● **TASK INSTRUCTIONS**
For the entries below, the expected answer is the line with "#195=VERTEX_POINT('',#194);", the line with "FILE_DESCRIPTION((''),'2;1');", and every line between them, exactly as written, and nothing more.

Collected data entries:
§ §
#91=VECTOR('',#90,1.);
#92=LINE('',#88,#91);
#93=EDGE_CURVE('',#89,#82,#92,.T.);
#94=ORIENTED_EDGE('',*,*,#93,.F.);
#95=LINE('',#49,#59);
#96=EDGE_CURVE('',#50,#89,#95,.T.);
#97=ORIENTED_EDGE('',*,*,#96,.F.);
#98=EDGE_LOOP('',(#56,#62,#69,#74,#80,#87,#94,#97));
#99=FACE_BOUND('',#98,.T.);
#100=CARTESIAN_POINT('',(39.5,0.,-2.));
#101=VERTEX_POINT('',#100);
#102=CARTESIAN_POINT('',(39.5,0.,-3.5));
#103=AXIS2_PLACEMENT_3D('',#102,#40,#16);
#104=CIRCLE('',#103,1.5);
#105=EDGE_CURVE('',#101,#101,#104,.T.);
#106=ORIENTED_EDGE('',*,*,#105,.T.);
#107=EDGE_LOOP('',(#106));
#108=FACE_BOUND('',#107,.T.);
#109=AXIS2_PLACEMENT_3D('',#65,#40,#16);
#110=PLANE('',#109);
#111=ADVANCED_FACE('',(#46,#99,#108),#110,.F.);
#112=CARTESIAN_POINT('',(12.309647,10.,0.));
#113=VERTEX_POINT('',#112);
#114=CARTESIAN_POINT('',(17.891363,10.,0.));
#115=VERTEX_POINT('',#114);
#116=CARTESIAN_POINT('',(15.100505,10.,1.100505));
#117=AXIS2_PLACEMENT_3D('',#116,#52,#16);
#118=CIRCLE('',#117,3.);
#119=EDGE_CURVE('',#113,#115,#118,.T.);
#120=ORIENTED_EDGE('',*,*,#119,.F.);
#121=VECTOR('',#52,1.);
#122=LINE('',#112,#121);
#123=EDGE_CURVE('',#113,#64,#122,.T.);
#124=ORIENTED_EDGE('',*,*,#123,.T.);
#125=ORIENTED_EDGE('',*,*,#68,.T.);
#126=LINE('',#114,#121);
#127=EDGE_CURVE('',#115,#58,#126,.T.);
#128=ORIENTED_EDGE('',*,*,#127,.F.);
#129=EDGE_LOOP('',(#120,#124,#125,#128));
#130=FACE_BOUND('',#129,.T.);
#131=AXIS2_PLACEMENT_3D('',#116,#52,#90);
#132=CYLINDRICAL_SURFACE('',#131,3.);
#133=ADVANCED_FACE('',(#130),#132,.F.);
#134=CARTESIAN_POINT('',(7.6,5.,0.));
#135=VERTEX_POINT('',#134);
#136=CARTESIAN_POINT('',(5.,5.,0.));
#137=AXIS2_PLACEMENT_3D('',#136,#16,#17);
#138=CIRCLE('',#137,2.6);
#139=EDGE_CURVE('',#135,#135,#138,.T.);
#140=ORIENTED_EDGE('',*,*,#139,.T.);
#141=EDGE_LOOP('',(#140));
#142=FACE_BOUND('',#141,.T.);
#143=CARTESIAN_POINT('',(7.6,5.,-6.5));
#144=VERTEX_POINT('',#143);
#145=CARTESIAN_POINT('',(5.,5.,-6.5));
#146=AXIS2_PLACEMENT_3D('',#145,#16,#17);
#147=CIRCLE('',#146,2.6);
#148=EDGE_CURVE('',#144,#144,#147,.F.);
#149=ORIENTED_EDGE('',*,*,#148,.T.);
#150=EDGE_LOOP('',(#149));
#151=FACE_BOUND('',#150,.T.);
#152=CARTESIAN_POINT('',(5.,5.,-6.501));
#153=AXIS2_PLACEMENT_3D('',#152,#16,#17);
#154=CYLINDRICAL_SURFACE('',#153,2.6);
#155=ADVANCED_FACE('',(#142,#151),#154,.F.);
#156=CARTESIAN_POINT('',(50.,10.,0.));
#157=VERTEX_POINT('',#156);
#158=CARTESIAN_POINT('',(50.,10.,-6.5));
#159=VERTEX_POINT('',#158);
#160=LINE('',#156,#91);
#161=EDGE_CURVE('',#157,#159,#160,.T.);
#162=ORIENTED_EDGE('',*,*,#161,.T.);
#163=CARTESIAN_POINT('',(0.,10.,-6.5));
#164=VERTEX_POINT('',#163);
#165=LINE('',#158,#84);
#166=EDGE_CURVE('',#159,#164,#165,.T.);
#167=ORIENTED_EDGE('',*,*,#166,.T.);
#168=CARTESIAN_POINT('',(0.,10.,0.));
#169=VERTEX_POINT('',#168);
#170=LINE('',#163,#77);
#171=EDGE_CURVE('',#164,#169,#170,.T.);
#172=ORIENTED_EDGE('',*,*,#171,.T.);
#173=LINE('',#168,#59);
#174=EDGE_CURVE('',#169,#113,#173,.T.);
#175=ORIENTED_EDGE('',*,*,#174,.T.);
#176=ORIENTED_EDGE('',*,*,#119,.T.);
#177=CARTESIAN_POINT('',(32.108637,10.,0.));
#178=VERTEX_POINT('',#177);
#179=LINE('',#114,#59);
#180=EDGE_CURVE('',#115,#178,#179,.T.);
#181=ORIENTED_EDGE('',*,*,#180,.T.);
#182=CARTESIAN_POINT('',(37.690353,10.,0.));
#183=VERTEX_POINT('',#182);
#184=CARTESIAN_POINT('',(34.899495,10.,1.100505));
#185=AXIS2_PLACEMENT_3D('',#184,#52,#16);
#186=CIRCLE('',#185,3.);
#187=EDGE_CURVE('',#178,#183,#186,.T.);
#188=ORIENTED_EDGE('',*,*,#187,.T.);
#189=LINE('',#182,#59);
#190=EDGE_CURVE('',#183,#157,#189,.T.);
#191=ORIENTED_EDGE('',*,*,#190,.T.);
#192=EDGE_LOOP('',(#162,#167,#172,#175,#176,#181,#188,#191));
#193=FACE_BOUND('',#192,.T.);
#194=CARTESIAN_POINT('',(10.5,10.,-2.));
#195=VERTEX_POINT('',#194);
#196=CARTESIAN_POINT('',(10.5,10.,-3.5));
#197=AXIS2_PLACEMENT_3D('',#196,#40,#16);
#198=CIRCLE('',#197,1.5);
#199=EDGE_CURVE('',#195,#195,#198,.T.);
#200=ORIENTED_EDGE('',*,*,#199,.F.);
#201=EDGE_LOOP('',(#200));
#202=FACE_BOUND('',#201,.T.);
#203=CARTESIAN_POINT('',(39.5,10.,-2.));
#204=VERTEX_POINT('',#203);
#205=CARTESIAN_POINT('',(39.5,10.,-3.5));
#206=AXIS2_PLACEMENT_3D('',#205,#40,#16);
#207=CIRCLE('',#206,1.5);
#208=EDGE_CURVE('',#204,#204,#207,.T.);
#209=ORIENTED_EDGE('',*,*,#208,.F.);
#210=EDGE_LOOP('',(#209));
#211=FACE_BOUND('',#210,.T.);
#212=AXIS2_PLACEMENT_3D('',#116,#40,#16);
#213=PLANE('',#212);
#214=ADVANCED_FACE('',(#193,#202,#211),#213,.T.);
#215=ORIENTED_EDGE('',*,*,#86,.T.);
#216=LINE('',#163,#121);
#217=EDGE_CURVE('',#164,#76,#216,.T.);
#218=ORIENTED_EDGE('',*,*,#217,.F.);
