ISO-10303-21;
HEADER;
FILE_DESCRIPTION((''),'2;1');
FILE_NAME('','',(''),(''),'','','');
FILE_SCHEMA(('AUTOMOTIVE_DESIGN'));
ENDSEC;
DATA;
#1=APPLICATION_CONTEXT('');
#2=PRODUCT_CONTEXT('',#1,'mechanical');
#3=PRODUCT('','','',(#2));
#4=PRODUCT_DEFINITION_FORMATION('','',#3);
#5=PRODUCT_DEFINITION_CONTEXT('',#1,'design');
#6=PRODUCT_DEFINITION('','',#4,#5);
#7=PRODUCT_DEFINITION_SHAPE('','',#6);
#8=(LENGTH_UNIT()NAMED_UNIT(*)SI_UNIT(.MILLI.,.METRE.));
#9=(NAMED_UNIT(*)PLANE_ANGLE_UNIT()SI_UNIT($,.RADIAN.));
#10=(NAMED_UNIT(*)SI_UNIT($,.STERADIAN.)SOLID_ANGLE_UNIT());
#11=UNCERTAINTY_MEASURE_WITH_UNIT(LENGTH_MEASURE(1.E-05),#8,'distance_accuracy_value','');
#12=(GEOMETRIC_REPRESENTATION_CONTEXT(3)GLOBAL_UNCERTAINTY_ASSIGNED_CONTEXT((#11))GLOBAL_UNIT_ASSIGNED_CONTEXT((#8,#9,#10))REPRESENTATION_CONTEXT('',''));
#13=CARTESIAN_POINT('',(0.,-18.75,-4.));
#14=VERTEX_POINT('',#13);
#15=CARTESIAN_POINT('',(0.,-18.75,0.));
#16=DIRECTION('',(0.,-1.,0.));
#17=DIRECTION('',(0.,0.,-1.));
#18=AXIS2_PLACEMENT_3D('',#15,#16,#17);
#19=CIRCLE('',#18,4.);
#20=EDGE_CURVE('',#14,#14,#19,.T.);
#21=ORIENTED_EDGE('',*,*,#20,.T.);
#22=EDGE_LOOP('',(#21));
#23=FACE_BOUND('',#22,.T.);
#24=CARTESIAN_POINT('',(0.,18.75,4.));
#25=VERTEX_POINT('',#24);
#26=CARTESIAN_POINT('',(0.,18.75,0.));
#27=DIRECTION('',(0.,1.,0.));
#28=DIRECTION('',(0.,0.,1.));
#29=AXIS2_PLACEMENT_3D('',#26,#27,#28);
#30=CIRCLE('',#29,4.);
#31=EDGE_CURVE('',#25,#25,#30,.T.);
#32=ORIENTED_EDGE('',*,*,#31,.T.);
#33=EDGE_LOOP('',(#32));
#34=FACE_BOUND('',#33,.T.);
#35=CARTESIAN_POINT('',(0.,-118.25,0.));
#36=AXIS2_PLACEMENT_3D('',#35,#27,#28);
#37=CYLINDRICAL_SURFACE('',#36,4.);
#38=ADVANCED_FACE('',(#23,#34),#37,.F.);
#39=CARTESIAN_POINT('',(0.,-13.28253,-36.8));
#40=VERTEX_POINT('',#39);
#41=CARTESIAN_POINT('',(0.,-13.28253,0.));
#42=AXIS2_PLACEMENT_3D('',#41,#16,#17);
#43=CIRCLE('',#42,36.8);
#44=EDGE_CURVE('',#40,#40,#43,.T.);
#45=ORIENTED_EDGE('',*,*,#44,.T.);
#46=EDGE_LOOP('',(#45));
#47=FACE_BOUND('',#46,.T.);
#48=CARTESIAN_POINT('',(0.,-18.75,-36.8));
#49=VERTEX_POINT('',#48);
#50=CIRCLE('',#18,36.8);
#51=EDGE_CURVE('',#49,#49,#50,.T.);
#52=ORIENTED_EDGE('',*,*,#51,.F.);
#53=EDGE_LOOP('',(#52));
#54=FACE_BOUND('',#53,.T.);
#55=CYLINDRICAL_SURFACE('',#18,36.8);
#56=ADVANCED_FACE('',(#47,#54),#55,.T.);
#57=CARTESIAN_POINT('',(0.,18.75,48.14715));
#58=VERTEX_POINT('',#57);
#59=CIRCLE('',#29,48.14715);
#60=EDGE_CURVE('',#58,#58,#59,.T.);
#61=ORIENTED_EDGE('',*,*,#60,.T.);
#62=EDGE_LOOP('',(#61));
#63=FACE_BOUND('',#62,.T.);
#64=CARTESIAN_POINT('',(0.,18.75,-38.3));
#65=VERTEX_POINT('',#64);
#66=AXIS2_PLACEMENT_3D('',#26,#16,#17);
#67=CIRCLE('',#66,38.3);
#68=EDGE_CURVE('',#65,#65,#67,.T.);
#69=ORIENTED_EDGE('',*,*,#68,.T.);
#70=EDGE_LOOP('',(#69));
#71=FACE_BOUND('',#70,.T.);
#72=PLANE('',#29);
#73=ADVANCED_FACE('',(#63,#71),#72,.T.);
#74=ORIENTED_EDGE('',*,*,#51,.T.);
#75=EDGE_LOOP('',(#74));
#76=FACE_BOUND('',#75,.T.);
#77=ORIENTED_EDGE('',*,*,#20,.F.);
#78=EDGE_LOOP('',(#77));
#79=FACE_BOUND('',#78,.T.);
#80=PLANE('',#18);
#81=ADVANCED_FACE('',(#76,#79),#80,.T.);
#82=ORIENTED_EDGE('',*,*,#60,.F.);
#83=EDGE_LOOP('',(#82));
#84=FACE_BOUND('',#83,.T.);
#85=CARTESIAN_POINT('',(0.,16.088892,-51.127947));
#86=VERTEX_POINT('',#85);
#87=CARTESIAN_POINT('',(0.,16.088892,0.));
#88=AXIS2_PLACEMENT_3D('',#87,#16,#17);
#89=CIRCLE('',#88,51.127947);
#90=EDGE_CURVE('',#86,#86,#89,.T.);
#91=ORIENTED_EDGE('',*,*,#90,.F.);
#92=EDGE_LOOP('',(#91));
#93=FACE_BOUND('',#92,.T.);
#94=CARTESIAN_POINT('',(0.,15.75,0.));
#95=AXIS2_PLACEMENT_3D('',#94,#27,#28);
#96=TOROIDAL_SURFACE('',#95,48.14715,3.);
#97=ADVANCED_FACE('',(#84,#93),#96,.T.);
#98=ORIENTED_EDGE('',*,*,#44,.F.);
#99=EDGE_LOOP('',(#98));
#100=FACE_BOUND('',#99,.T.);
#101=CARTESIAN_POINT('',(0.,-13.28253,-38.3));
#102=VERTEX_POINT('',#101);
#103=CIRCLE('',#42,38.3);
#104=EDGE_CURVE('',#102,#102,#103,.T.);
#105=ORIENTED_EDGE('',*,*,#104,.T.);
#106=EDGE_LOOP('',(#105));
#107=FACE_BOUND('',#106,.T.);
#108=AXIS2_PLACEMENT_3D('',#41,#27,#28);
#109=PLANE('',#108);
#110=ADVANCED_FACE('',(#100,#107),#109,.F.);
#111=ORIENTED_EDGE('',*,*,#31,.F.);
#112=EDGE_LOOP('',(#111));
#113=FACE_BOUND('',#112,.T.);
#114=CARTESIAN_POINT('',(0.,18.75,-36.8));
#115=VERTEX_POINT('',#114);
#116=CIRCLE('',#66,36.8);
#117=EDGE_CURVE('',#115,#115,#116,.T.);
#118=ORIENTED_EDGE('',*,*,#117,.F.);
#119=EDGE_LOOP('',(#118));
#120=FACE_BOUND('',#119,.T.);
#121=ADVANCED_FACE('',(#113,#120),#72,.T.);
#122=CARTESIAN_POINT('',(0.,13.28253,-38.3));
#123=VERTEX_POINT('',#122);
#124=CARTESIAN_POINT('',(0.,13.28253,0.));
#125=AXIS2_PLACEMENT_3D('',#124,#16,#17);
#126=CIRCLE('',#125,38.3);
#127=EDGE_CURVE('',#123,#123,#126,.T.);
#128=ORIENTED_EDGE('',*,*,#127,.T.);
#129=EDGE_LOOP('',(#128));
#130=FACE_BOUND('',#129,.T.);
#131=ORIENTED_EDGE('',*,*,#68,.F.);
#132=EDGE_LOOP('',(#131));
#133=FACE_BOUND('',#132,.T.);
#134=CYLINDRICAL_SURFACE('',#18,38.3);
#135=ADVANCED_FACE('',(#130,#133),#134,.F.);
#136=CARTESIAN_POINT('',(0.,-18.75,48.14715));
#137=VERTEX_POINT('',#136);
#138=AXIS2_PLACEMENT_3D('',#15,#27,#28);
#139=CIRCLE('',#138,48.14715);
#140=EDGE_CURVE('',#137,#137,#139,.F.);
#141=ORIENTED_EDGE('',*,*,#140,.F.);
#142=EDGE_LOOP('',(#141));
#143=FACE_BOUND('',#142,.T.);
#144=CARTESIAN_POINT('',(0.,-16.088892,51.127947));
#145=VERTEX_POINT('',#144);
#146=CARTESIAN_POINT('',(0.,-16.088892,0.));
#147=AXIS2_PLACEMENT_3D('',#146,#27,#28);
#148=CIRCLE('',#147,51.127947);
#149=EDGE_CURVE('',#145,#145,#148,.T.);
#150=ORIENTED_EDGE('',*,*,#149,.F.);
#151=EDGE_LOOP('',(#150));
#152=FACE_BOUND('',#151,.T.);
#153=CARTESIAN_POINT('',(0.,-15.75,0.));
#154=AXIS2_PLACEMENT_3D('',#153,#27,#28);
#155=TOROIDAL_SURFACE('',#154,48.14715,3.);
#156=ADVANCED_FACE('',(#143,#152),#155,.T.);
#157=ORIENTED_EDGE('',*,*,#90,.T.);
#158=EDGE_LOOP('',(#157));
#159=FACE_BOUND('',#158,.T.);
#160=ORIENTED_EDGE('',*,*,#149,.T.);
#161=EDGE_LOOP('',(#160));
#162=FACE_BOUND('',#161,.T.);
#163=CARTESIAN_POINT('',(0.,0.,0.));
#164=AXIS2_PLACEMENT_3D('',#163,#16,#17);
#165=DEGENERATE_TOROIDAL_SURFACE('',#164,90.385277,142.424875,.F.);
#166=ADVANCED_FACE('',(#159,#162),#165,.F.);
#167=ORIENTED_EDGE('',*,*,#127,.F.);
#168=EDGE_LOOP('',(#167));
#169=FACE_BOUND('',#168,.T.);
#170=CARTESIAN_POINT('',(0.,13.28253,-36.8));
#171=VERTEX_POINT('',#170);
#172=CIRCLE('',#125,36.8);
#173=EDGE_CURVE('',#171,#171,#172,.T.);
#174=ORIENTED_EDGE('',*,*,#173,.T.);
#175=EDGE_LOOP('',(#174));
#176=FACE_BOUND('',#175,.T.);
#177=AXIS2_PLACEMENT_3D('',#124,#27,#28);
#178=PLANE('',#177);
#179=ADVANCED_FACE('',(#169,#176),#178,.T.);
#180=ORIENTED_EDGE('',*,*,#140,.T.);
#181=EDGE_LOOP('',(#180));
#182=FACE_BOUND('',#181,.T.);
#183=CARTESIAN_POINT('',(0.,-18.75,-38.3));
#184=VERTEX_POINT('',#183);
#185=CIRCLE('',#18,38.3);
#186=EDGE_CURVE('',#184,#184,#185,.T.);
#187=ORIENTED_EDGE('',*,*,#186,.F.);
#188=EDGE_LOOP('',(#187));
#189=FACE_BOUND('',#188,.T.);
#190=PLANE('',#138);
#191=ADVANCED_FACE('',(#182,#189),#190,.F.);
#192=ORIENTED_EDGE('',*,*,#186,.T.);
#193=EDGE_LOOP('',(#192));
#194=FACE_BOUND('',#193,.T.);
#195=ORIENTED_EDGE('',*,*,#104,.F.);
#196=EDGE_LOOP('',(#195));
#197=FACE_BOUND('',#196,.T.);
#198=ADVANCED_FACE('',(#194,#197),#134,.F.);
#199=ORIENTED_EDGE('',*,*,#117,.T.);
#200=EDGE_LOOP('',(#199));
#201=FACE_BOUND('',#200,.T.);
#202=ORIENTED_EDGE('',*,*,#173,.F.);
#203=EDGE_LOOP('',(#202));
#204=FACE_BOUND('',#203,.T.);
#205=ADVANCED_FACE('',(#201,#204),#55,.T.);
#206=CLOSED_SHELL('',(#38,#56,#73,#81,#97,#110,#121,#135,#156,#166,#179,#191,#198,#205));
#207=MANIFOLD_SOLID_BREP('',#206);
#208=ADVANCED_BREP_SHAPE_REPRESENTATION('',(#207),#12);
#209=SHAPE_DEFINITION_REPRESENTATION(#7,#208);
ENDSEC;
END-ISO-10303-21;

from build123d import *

# Parameters (mm, degrees)
FILLET1_R          = 3
SKETCH2_R          = 4
CUT_EXTRUDE1_DEPTH = 137


with BuildPart() as part:
    # Sketch1 → Revolve2 (revolve)
    with BuildSketch(Plane.XY, mode=Mode.PRIVATE) as revolve2_sk:
        with BuildLine():
            Line((-50.8, 18.75), (-38.3, 18.75))
            Line((-38.3, 18.75), (-38.3, 13.2825304))
            Line((-38.3, 13.2825304), (-36.8, 13.2825304))
            Line((-36.8, 13.2825304), (-36.8, 18.75))
            Line((-36.8, 18.75), (0, 18.75))
            Line((0, 18.75), (0, -18.75))
            Line((0, -18.75), (-36.8, -18.75))
            Line((-36.8, -18.75), (-36.8, -13.2825304))
            Line((-36.8, -13.2825304), (-38.3, -13.2825304))
            Line((-38.3, -13.2825304), (-38.3, -18.75))
            Line((-38.3, -18.75), (-50.8, -18.75))
            ThreePointArc((-50.8, -18.75), (-52.039597726, 0), (-50.8, 18.75))
        make_face()
    revolve(revolve2_sk.sketch.rotate(Axis((0, -18.75, 0), (0, 1, 0)), 270), axis=Axis((0, -18.75, 0), (0, 1, 0)))  # turned: the seam where the file's is

    # Fillet1
    fillet1_edges = [part.edges().sort_by_distance(p)[0] for p in [
        (0, -18.75, 50.8),
        (0, 18.75, 50.8),
    ]]
    fillet(fillet1_edges, radius=FILLET1_R)

    # Sketch2 → Cut-Extrude1 (cut)
    with BuildSketch(Plane(origin=(0, 18.75, 0), x_dir=(1, 0, 0), z_dir=(0, 1, 0))):
        with Locations(Location((0, 0, 0), (0, 0, 270))):  # turned: the seam where the file's is
            Circle(SKETCH2_R)
    extrude(amount=-CUT_EXTRUDE1_DEPTH, mode=Mode.SUBTRACT)


solid = part.part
§ §
● **SOLUTION**
#195=VERTEX_POINT('',#194);
#196=CARTESIAN_POINT('',(10.5,10.,-3.5));
#197=AXIS2_PLACEMENT_3D('',#196,#40,#16);
#198=CIRCLE('',#197,1.5);
#199=EDGE_CURVE('',#195,#195,#198,.T.);
#200=ORIENTED_EDGE('',*,*,#199,.F.);
#201=EDGE_LOOP('',(#200));
#202=FACE_BOUND('',#201,.T.);
#203=CARTESIAN_POINT('',(39.5,10.,-2.));
#204=VERTEX_POINT('',#203);
#205=CARTESIAN_POINT('',(39.5,10.,-3.5));
#206=AXIS2_PLACEMENT_3D('',#205,#40,#16);
#207=CIRCLE('',#206,1.5);
#208=EDGE_CURVE('',#204,#204,#207,.T.);
#209=ORIENTED_EDGE('',*,*,#208,.F.);
#210=EDGE_LOOP('',(#209));
#211=FACE_BOUND('',#210,.T.);
#212=AXIS2_PLACEMENT_3D('',#116,#40,#16);
#213=PLANE('',#212);
#214=ADVANCED_FACE('',(#193,#202,#211),#213,.T.);
#215=ORIENTED_EDGE('',*,*,#86,.T.);
#216=LINE('',#163,#121);
#217=EDGE_CURVE('',#164,#76,#216,.T.);
#218=ORIENTED_EDGE('',*,*,#217,.F.);
ISO-10303-21;
HEADER;
FILE_DESCRIPTION((''),'2;1');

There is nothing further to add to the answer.